I opened my Bible to an account I’d read more than a hundred times:
She saw Him in a crowd and stretched out a desperate reach. She didn’t see herself worthy of a chosen moment, but she dove for an accidental healing. Forget touching Him; I’ll take just a brush with His clothes.
She bore up under the weight of being unhealed. Jesus was her lottery, her only chance.
The crowd that often lost her, that overlooked her, that misunderstood the person underneath, was not one she could blend in with this day.
The Father, the Son, and the Spirit knew her.
He saw her.
A life of blood spilled out and the God-man who was not far from spilling His own blood told her to have good cheer. She was once broken and neglected, but this day she was noticed.
He saw her.
He looked beyond the years of shame she wore as a veil — she didn’t know herself without it — and into her heart.
She lived reproach, but He saw faith. He declared over her what He saw in her, which was, of course, who she truly was. She walked away from that moment new, not just because her body was healed but because He spoke, deep calling to deep.
I know her road.
Her hour is my hour.
I am hunched, ashamed, buried in the crowd, but reaching out a desperate hand toward Him.
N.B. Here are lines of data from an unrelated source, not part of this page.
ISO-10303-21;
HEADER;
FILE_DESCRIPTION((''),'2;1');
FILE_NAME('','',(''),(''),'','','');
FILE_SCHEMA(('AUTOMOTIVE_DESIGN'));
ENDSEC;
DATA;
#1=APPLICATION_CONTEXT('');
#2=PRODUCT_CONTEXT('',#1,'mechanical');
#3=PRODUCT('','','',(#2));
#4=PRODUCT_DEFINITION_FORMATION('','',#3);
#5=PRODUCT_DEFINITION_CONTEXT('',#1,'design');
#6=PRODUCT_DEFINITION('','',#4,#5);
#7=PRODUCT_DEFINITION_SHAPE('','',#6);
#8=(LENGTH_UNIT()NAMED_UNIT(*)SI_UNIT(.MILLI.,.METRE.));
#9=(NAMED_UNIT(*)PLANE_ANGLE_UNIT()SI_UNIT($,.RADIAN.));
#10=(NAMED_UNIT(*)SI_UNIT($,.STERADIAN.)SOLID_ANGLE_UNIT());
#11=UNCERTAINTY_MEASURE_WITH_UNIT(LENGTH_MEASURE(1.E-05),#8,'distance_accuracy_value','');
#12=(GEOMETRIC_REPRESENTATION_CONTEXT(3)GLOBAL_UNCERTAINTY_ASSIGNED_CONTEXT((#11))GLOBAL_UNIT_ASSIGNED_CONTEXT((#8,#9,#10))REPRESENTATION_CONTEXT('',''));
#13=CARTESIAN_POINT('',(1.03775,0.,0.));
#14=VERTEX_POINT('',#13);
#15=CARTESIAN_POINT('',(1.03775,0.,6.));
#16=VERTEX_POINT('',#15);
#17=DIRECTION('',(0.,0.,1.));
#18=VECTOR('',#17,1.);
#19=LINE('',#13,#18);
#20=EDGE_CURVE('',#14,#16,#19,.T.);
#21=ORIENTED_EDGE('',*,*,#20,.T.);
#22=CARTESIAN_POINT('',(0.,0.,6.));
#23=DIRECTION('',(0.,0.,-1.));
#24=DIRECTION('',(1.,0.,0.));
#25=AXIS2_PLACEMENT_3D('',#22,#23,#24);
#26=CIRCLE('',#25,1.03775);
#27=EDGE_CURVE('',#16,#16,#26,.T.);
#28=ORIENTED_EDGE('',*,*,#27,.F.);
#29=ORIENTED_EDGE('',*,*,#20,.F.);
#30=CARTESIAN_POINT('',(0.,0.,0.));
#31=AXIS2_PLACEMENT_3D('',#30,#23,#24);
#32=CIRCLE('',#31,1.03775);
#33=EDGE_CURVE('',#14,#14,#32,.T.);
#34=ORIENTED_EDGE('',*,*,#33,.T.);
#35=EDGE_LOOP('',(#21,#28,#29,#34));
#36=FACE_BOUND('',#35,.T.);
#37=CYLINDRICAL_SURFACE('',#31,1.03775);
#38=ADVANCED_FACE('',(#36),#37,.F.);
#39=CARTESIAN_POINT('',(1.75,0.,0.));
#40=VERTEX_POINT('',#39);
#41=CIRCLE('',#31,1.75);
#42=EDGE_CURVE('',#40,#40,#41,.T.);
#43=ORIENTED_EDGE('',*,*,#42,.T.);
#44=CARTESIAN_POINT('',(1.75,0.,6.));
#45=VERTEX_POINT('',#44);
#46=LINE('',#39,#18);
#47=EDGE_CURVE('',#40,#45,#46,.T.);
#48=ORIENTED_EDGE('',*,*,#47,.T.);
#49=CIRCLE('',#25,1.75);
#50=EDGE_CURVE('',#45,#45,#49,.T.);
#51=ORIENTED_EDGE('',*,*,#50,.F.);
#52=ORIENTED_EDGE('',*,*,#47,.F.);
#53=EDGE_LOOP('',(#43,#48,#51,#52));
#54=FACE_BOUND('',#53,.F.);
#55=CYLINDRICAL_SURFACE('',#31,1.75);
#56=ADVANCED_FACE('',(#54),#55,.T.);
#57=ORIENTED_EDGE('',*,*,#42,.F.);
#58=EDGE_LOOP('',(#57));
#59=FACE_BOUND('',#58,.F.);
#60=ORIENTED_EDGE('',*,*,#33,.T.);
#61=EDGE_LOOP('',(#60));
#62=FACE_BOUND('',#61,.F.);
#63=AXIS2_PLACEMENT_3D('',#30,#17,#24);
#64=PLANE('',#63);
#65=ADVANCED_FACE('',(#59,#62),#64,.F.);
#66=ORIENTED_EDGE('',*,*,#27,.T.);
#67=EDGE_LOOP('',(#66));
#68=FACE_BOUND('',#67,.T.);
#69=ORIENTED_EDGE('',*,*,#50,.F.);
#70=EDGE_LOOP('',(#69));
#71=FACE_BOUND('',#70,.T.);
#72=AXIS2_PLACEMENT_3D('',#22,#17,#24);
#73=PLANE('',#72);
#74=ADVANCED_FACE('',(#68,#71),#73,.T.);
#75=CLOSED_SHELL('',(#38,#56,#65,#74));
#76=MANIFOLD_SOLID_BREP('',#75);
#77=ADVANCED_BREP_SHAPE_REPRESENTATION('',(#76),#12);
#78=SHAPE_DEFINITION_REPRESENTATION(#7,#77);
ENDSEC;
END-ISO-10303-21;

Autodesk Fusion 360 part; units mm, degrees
sketch "Sketch1" plane through (0, 0, 0) normal (0, 0, 1) x (1, 0, 0)
  circle A0 centre (0, 0) radius 1.75
  circle A1 centre (0, 0) radius 1.25
  dimension "d1" = 3.5
  dimension "d2" = 2.5
extrude "Extrude1" add sketch "Sketch1" along normal blind 6
thread "Thread1" "ISO Metric profile 2.5 M2.5x0.45 M2.5x0.45 6H" major diameter 2.58 minor diameter 2.0755 pitch 0.45 angle 60 resizes the face on face at (1.2484, -0.0623, 4)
Over and over I learn that I don’t need a physical healing to receive a heart healing.
I see you.
He spoke to me that morning of the strength in my heart though my body failed me. He reminded me of the underground healing that the past decade had witnessed, though it had not yet surfaced in the form of a burgeoning belly. He whispered truth that began to mend parts of me I didn’t know were broken.
He is not thrown, as I am, by my loneliness. He isn’t sidelined here. His heart leans in where mine retreats, because these moments aren’t stolen. They are purposed for a different kind of receiving.
I don’t need to duck. I need to reach. To be desperate.
The night I felt, again, cursed among the blessed was the night I caught His eye. The night I knew His comfort, His power, more deeply.
In that place of rest, head against His chest, is where I realized that knowing that God sees me frees me actually to see Him. Feeling misunderstood turned into the revelation that I am fully understood. All along, I had been. My discomfort with not fitting in, with missing out on my gender’s best, becomes the moment when I am crowned.
I see you, He said. I was both exposed and safe because I was fully loved, relished.
And now I want to show you more of Me.
How could I recount everyday moments with my children to friends and family who asked, “So how are things going?”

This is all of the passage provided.